WORK ORDER | Taking the entries below from the top, restate each line exactly and end with the line containing "f 182 181 285".

THE RECORDS |
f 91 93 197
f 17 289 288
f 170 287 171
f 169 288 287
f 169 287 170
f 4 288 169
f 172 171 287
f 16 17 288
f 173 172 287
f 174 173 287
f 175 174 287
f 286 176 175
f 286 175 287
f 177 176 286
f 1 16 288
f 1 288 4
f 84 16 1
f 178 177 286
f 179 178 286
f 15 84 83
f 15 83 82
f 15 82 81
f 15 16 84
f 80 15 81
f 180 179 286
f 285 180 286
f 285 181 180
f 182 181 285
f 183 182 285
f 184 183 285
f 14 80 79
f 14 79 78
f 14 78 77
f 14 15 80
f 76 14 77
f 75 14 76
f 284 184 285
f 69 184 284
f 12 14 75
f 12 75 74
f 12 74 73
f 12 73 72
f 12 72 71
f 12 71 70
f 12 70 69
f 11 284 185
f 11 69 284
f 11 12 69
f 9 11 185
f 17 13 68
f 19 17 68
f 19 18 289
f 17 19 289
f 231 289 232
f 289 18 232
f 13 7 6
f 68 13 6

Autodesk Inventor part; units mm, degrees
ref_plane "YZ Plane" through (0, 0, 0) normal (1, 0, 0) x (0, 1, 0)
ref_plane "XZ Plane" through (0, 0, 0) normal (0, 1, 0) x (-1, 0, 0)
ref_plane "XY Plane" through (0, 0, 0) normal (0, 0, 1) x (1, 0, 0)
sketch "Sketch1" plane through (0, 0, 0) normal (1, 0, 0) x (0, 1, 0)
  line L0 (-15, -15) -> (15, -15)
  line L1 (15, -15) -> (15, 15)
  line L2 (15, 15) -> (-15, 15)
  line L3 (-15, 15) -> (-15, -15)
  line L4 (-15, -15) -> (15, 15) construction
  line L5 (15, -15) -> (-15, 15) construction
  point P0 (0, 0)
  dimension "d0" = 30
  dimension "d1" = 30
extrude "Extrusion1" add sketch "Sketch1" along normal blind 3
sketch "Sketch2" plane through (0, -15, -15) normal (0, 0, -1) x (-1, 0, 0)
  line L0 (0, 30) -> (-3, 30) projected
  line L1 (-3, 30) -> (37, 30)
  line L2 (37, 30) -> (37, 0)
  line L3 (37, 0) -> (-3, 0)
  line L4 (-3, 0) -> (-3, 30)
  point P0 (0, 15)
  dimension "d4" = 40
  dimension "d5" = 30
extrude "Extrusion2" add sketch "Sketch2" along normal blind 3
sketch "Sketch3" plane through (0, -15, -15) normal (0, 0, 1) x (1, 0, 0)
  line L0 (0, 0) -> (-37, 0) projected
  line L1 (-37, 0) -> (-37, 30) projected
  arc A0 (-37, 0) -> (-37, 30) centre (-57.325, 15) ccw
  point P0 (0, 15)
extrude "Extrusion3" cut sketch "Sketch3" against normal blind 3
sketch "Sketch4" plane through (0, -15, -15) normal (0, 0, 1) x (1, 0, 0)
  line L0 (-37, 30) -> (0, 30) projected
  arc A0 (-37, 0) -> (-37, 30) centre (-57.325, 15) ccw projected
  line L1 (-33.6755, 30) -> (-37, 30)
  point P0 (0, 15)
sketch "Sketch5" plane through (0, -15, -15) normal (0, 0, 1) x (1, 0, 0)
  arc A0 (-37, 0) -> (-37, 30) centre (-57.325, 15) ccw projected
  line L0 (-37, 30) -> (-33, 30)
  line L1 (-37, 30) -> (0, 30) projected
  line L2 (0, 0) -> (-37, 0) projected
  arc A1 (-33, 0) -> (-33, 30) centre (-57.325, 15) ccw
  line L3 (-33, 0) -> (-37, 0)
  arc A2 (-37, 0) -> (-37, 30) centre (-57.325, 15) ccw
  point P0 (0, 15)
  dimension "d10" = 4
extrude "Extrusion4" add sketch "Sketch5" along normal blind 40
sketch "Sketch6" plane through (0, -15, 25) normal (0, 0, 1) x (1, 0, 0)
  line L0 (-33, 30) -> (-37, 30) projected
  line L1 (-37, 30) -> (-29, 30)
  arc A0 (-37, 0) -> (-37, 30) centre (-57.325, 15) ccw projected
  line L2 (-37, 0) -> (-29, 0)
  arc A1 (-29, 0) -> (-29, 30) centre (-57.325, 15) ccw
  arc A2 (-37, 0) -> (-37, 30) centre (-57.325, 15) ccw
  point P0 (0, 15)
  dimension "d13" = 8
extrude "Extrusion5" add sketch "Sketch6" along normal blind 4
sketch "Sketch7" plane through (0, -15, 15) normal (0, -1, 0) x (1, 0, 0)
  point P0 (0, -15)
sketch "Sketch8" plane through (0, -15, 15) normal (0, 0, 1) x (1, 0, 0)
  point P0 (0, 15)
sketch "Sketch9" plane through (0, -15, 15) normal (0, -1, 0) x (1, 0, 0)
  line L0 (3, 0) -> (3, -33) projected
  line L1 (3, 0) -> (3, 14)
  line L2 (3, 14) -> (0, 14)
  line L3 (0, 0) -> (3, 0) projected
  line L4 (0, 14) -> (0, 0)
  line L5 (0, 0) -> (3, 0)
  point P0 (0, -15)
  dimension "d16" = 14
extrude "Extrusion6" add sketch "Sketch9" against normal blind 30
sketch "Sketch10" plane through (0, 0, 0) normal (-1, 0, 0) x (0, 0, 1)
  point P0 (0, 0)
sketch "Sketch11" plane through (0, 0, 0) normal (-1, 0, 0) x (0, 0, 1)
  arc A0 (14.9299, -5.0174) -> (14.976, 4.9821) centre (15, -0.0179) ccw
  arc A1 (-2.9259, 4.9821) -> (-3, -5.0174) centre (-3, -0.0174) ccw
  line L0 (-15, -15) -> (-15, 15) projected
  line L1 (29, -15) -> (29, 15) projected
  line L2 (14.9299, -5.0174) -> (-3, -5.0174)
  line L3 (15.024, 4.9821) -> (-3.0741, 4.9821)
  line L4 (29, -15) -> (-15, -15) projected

REPLY |
f 91 93 197
f 17 289 288
f 170 287 171
f 169 288 287
f 169 287 170
f 4 288 169
f 172 171 287
f 16 17 288
f 173 172 287
f 174 173 287
f 175 174 287
f 286 176 175
f 286 175 287
f 177 176 286
f 1 16 288
f 1 288 4
f 84 16 1
f 178 177 286
f 179 178 286
f 15 84 83
f 15 83 82
f 15 82 81
f 15 16 84
f 80 15 81
f 180 179 286
f 285 180 286
f 285 181 180
f 182 181 285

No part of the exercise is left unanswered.